Just a heads-up: although this project is called the Video Learning Workbench, you can actually import other types of videos too, like product recommendations and buying guides:

Or you can import some weird videos that aren’t meant for learning. The AI will analyze them from a learning perspective, and you might end up with some strange yet interesting results. I’ll leave it to you to explore these kinds of creative uses.

Also, I actually built an iOS app for learning on the go. I use it on my iPad, and it looks like this:

This app strips out all the AI generation features. Its purpose is to connect to the Course Navigator server on your computer so you can browse existing videos and learning maps.
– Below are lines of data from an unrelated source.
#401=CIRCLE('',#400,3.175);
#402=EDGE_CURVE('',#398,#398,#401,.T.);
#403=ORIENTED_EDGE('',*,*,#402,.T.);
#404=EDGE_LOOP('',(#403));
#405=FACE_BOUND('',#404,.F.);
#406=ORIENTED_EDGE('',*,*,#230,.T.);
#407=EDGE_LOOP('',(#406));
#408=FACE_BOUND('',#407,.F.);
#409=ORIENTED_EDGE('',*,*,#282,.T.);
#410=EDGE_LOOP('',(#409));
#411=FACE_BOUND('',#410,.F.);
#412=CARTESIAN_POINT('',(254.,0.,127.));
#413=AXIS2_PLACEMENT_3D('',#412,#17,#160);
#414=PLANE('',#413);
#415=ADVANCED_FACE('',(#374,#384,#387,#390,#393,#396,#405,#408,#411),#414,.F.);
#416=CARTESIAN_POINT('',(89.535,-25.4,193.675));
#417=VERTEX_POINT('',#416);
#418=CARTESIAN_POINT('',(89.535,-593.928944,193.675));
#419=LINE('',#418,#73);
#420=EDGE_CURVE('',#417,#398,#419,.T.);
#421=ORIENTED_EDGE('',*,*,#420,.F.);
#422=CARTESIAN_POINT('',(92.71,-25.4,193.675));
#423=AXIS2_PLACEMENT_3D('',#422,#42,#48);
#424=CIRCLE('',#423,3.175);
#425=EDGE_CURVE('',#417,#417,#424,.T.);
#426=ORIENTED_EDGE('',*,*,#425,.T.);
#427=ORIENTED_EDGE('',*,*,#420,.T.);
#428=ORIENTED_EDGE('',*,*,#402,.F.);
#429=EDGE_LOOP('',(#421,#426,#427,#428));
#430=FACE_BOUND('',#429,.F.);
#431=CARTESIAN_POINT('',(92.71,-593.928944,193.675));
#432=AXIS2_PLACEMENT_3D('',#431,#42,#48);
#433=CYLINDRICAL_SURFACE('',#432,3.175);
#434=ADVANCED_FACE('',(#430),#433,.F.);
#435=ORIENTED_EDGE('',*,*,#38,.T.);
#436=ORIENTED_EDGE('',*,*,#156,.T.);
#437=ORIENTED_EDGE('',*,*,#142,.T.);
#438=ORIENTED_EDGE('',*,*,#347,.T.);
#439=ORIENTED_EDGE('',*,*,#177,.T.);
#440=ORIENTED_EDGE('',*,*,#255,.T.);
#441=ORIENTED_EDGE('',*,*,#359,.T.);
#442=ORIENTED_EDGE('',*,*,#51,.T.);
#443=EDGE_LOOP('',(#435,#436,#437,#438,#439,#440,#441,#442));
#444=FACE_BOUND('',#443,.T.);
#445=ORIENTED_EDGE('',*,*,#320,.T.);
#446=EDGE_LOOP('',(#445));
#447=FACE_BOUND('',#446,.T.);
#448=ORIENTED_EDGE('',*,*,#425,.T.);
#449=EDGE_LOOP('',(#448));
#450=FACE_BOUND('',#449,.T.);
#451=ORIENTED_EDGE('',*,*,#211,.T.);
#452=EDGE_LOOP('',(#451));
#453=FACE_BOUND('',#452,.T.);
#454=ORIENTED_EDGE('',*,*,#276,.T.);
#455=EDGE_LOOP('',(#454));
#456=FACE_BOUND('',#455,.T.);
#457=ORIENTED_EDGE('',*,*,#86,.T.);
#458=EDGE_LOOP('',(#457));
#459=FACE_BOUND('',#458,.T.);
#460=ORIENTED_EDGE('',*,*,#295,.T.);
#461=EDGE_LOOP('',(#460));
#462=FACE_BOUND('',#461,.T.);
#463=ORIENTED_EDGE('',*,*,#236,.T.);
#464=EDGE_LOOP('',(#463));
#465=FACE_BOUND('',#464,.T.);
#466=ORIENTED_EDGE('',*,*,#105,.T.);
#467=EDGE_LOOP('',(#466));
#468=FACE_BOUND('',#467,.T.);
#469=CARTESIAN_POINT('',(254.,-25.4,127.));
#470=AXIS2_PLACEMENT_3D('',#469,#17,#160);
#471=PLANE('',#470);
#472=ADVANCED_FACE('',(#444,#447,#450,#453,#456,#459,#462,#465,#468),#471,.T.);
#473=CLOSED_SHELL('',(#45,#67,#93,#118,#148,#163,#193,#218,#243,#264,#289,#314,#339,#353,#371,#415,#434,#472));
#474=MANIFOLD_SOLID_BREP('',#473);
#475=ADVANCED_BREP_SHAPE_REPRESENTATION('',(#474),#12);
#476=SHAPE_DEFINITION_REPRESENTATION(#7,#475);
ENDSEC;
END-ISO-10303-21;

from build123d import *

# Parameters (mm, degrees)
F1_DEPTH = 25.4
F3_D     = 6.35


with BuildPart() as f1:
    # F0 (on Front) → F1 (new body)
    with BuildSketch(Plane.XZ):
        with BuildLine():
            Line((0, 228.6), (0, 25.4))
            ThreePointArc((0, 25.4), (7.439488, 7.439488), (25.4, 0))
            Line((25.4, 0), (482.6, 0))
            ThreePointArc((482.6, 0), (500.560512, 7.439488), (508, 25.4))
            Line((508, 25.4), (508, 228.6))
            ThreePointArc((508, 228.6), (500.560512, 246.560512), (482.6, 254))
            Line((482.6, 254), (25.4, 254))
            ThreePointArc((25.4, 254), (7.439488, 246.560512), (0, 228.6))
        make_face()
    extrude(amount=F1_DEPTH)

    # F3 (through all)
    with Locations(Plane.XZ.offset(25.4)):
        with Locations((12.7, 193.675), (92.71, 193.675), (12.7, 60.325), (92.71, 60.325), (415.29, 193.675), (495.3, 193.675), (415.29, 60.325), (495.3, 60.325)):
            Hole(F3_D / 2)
On top of that, it adds the ability to cache videos and learning maps to the iOS app and enable offline mode. In other words, this iOS app doesn’t support creating new video courses or generating new learning maps, but it can cache courses you’ve already imported and processed on your computer, and you can even view them without an internet connection.

So learning is no longer bound by location—whether you want to study lying down or lounging around, it’s entirely up to you.

However, unlike the Mac app, the iOS app can’t be packaged and distributed to others without a developer account. If you find it useful, you can have Codex or Claude Code build the app from source and install it on your own device:

https://github.com/Liu-Bot24/course-navigator/tree/codex/ipad-ios-app

Summer break is here—happy learning!